The Insider

The true significance of the Supreme Court’s tariff ruling

Have we reached the high watermark of Trump’s arbitrary rule?

February 25, 2026
Illustration by David McAllister / Prospect. Source: Alamy
Illustration by David McAllister / Prospect. Source: Alamy

For about an hour last Friday, after the United States Supreme Court struck down most of the tariffs that Trump had imposed on much of the globe last year, it looked as if the monster might at last have been shackled. Then, in a statement laced with vicious personal attacks on the justices, Trump simply reimposed most of the cancelled import duties by another route at least as legally dubious as the one just condemned. 

There will now be new legal challenges on the way, alongside a legal quagmire as importers seek to recover the tariffs they have already been paying for the past year. But it took a year for the Supreme Court to rule on those tariffs, without suspending them in the interim, so the Trump tariff rampage looks set to continue for the rest of his presidency and perhaps well beyond. Free trade isn’t returning to the US any time soon.

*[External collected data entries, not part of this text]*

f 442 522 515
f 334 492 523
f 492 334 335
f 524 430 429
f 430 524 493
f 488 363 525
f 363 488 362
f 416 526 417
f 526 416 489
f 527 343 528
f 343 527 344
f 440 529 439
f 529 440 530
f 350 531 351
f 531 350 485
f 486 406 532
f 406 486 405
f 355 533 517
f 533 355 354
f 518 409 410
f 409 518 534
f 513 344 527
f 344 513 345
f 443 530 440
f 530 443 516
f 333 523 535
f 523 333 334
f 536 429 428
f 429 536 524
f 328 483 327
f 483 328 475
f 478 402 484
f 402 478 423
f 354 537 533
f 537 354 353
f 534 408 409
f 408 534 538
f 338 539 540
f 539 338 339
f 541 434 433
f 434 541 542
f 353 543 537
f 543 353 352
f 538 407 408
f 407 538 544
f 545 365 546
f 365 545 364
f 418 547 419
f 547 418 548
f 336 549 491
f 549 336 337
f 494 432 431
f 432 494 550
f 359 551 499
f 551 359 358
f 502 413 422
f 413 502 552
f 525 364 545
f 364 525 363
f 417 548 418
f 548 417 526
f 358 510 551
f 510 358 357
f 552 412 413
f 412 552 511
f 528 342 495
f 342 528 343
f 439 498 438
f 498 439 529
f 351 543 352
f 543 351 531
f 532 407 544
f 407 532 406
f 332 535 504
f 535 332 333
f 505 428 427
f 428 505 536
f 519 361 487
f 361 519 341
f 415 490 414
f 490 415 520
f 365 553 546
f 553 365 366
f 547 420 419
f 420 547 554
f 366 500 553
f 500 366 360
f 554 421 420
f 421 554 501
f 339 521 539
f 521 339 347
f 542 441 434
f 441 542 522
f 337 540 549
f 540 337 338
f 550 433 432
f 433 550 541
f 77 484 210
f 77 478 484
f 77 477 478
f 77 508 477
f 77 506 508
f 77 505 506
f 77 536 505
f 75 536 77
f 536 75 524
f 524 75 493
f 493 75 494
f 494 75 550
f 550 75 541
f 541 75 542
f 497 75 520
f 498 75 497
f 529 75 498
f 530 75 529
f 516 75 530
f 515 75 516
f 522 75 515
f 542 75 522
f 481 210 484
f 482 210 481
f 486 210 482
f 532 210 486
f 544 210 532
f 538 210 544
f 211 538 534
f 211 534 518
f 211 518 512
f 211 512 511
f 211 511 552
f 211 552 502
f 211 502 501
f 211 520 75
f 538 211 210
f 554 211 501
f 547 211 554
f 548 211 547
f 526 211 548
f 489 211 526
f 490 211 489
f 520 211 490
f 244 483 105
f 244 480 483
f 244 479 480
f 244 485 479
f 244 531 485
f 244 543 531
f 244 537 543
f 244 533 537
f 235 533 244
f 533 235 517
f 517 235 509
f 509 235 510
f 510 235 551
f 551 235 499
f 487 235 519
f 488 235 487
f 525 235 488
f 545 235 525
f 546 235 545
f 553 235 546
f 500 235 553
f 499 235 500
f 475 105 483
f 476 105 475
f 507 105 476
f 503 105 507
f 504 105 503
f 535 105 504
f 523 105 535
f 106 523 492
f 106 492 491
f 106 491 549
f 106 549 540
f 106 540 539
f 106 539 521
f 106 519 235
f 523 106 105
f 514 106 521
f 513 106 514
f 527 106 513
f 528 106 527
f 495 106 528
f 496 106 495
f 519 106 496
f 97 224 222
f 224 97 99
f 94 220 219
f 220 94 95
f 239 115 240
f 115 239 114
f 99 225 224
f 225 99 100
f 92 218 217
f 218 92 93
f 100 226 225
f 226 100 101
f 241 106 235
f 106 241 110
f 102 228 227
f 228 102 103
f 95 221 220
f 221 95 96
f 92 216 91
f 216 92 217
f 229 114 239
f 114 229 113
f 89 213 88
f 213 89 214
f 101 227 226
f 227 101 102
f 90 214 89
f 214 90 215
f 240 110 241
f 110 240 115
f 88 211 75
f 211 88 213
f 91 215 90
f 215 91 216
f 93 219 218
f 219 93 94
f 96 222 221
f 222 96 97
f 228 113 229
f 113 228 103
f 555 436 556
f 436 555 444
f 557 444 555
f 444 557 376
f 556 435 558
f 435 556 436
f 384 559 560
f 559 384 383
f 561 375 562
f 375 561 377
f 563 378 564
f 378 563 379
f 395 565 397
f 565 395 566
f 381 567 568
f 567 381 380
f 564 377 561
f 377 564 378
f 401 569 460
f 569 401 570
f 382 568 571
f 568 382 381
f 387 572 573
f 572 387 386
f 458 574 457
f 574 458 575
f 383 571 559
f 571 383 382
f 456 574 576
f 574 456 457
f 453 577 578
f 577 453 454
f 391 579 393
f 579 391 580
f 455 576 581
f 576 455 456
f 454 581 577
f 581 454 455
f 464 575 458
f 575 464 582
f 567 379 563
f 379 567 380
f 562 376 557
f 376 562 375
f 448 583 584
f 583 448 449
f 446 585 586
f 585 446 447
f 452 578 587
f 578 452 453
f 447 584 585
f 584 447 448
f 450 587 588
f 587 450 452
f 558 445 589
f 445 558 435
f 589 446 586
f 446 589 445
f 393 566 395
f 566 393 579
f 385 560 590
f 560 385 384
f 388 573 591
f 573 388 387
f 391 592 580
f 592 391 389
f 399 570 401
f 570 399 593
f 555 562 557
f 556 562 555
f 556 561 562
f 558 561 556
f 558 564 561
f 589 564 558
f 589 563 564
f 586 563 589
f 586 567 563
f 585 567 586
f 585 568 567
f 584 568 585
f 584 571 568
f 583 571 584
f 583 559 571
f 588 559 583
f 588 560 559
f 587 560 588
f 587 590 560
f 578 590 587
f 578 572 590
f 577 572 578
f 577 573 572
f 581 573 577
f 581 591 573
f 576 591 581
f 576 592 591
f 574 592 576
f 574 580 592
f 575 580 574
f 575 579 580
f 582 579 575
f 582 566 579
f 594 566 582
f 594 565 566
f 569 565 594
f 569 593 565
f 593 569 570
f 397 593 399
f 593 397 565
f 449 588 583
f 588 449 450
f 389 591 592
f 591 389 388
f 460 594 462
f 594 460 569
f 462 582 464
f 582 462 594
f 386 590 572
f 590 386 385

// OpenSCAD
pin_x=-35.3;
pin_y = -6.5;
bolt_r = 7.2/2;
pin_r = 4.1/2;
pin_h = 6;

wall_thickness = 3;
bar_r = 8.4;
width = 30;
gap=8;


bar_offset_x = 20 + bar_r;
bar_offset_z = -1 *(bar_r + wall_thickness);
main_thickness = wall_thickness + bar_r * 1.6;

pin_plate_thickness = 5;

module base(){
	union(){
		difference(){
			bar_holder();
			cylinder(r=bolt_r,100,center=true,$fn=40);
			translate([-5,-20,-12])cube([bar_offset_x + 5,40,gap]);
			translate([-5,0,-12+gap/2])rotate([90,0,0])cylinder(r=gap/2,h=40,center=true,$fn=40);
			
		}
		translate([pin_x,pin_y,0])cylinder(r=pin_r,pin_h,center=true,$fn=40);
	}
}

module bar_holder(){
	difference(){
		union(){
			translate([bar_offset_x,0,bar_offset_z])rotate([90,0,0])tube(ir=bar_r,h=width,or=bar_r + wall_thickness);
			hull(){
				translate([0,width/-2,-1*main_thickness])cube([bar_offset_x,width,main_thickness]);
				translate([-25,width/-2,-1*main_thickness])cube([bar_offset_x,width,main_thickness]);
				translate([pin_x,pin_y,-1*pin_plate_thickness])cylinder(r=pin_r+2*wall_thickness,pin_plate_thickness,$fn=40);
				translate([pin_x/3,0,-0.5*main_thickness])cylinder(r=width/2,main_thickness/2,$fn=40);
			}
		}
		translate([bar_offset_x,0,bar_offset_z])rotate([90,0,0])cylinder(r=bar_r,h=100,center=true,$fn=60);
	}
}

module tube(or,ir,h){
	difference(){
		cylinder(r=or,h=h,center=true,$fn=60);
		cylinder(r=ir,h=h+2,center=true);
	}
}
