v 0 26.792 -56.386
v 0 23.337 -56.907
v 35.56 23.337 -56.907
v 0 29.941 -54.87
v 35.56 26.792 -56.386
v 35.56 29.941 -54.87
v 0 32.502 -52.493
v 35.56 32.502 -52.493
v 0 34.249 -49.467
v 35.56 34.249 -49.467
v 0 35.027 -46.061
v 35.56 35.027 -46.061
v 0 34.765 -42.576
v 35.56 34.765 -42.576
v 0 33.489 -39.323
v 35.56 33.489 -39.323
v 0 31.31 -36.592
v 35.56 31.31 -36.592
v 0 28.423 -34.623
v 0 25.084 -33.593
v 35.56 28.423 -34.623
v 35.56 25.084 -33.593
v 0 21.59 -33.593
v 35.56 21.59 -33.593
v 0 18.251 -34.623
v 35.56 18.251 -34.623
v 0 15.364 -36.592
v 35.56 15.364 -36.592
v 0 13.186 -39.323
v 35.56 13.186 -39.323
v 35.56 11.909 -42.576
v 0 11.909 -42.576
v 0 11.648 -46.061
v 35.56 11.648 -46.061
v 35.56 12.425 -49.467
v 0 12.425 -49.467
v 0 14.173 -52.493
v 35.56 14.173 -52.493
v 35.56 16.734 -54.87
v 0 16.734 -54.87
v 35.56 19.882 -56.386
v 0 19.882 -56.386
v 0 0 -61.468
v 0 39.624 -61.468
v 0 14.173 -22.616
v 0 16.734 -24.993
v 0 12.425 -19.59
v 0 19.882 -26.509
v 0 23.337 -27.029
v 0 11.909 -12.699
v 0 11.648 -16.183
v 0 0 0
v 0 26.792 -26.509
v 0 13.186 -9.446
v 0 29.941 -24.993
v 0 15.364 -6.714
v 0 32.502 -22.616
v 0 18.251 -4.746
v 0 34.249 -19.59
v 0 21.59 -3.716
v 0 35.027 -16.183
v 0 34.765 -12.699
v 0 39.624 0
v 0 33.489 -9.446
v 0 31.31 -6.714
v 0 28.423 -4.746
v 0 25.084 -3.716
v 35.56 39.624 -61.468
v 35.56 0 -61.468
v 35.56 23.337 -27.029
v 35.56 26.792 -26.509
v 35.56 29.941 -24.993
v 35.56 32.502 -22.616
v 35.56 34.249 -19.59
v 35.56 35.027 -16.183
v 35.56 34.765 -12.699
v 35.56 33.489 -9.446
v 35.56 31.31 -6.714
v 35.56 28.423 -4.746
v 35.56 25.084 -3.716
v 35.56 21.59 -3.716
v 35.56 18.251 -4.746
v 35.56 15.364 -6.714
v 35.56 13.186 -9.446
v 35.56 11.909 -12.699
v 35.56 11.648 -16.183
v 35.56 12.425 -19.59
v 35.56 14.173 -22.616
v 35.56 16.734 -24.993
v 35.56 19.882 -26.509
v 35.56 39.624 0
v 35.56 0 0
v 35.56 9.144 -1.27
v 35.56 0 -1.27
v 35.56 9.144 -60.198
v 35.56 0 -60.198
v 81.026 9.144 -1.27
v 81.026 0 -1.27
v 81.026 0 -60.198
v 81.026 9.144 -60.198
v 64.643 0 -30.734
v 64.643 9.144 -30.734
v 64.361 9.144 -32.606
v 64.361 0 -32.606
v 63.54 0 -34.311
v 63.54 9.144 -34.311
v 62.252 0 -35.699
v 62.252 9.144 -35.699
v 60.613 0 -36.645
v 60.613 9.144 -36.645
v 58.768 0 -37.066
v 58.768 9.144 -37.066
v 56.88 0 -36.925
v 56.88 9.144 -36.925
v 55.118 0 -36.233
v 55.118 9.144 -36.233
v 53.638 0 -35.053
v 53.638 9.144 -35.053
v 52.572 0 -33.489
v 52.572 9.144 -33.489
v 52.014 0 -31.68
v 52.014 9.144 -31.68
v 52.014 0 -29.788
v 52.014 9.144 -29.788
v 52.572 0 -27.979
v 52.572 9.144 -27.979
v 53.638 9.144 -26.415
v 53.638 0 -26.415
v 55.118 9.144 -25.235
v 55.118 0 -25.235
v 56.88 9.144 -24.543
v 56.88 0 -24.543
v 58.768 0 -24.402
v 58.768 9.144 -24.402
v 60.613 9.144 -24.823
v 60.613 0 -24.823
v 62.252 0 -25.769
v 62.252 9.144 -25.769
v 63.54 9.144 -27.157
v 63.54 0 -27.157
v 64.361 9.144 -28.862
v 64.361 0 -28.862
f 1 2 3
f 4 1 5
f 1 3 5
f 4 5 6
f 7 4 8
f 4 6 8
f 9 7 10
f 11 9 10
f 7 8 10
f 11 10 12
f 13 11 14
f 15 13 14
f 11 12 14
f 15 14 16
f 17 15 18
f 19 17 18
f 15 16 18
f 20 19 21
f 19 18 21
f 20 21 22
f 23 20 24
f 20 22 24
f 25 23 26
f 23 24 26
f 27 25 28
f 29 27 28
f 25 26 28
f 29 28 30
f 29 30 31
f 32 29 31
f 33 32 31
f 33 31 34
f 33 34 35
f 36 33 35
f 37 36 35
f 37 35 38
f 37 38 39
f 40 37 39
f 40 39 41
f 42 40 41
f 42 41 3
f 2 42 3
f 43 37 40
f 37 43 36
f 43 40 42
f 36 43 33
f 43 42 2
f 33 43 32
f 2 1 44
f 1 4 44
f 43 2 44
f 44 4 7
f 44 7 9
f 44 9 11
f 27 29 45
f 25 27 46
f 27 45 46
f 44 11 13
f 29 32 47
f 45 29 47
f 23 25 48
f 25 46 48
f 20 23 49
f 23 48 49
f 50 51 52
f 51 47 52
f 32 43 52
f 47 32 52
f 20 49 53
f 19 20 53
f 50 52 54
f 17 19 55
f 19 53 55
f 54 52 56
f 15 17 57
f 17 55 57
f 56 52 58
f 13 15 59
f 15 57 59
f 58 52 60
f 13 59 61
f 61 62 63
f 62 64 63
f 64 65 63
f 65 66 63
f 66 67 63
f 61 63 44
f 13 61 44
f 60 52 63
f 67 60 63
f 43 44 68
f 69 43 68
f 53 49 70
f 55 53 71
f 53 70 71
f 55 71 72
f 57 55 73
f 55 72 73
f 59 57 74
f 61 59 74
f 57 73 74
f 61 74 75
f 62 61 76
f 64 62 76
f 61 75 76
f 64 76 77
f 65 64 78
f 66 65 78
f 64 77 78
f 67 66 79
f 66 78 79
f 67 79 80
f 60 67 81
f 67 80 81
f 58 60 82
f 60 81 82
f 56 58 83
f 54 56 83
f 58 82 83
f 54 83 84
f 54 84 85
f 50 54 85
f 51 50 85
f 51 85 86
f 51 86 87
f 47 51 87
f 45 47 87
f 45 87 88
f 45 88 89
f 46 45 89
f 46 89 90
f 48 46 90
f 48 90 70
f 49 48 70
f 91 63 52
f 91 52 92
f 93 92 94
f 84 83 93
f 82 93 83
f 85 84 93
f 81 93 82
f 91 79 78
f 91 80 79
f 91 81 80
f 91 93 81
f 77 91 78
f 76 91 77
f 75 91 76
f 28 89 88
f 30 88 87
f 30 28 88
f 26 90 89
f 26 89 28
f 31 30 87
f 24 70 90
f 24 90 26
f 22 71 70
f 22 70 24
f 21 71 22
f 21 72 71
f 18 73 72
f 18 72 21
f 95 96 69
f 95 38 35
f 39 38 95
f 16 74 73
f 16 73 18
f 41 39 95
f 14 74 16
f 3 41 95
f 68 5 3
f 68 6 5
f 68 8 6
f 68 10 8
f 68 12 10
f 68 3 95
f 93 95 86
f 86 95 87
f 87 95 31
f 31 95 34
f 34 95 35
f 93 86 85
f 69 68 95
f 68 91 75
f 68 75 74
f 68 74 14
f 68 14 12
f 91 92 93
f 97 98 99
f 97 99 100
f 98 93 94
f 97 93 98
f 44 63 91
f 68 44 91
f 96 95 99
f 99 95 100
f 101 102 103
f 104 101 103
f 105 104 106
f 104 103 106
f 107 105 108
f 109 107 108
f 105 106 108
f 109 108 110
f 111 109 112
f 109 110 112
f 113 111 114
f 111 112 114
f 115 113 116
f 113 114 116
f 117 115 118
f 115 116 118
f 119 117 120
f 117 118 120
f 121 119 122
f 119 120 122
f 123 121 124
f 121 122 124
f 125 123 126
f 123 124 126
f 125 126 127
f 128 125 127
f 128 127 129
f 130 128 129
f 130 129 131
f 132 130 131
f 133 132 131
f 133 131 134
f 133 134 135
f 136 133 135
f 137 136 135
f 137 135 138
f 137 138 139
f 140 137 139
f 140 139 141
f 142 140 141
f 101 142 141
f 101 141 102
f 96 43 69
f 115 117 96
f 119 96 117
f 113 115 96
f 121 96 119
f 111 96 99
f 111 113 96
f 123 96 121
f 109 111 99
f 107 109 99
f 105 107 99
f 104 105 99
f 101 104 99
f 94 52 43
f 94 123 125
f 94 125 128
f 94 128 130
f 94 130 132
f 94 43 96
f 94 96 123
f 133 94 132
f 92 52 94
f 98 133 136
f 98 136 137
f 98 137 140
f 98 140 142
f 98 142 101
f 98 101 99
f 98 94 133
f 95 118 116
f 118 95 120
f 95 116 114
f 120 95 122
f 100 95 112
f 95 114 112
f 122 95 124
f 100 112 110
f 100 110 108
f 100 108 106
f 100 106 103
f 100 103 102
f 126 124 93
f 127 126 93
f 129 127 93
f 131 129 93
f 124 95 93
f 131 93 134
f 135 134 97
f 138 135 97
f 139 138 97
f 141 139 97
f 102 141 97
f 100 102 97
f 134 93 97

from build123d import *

# Parameters (mm, degrees)
SKETCH1_W           = 81.026
SKETCH1_H           = 39.624
BOSS_EXTRUDE1_DEPTH = 61.468
SKETCH5_W           = 45.466
SKETCH5_H           = 30.48
CUT_EXTRUDE1_DEPTH  = 62.468
SKETCH6_W           = 45.466
SKETCH6_H           = 1.27
CUT_EXTRUDE2_DEPTH  = 10.144
SKETCH7_R           = 6.35
CUT_EXTRUDE3_DEPTH  = 10.144
SKETCH8_R           = 11.7221
CUT_EXTRUDE4_DEPTH  = 36.56


with BuildPart() as part:
    # Sketch1 → Boss-Extrude1 (new body)
    with BuildSketch(Plane.XY):
        with Locations((40.513, 19.812)):
            Rectangle(SKETCH1_W, SKETCH1_H)
    extrude(amount=-BOSS_EXTRUDE1_DEPTH)

    # Sketch5 → Cut-Extrude1 (cut, through all)
    with BuildSketch(Plane.XY):
        with Locations((58.293, 24.384)):
            Rectangle(SKETCH5_W, SKETCH5_H)
    extrude(amount=-CUT_EXTRUDE1_DEPTH, mode=Mode.SUBTRACT)

    # Sketch6 → Cut-Extrude2 (cut, through all)
    with BuildSketch(Plane(origin=(0, 9.144, 0), x_dir=(1, 0, 0), z_dir=(0, 1, 0))):
        with Locations((58.293, 0.635)):
            Rectangle(SKETCH6_W, SKETCH6_H)
        with Locations((58.293, 60.833)):
            Rectangle(SKETCH6_W, SKETCH6_H)
    extrude(amount=-CUT_EXTRUDE2_DEPTH, mode=Mode.SUBTRACT)

    # Sketch7 → Cut-Extrude3 (cut, through all)
    with BuildSketch(Plane(origin=(0, 9.144, 0), x_dir=(1, 0, 0), z_dir=(0, 1, 0))):
        with Locations((58.293, 30.734)):
            Circle(SKETCH7_R)
    extrude(amount=-CUT_EXTRUDE3_DEPTH, mode=Mode.SUBTRACT)

    # Sketch8 → Cut-Extrude4 (cut, through all)
    with BuildSketch(Plane(origin=(35.56, 0, 0), x_dir=(0, 0, -1), z_dir=(1, 0, 0))):
        with Locations((15.307348572, 23.33723476)):
            Circle(SKETCH8_R)
        with Locations((45.18450858, 23.33723476)):
            Circle(SKETCH8_R)
    extrude(amount=-CUT_EXTRUDE4_DEPTH, mode=Mode.SUBTRACT)


solid = part.part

It is no great revelation that Trump has zero respect for legal judgements which go against him and will do everything he can to subvert them. It will take more than an isolated Supreme Court ruling to force him to stop acting arbitrarily. It requires determined and agile opposition of a kind that this Supreme Court is unlikely to provide even in its modestly emboldened state.

The content of last week’s tariff judgement was anything but strong and agile. Despite Trump’s chronically weak legal case, it was a split 6-3 decision, with three conservative judges allying with the three liberals while the other three remaining conservatives denounced their counterparts in terms that make it hard to see that they would ever rule against Trump on any policy question.

Moreover, the six in the majority engaged in fierce and lengthy written arguments among themselves as to the basis of a decision on which they were ostensibly agreed. The conduct of these arguments delayed the ruling itself by weeks if not months. A repeat of this process will doubtless take place before any further rulings on tariffs, even if they eventually go against Trump.

However, the good news is that the Supreme Court has at last shown it is not simply a rubber stamp. There are other hugely controversial cases pending, such as Trump’s denial of birthright citizenship, and he could now lose on some of those, too. The rule of law is severely strained, but the worst fears of a dictatorship have yet to be realised.

The critical test for this year, echoing the 2020 crisis at the end of Trump’s first term, is whether the president loses Republican control of the House and/or the Senate in the mid-term elections in November, and whether he is forced to respect such a loss.

A Democrat-controlled Congress would make it harder for Trump the narcissistic authoritarian to prevail in the final quarter of his eight-year reign. In fact, it would have far more willpower than a conservative majority in the Supreme Court to go after him, what with all the levers that the Democratic party would have at its disposal.

In this regard, it is significant that even this partisan Supreme Court has not—yet—shown any inclination to connive with Trump to rig the mid-terms. The court has not intervened as Democrat-majority states, led by California and Virginia, retaliated in kind against the big Trump play to gerrymander the electoral districting of Republican-majority Texas. I doubt that the court would seek to interfere with any of the results, however badly the Republicans perform.

The real significance of the Supreme Court’s tariff ruling may not be in its effect on tariffs, but rather in marking the high watermark of Trump’s arbitrary rule. And not a moment too soon.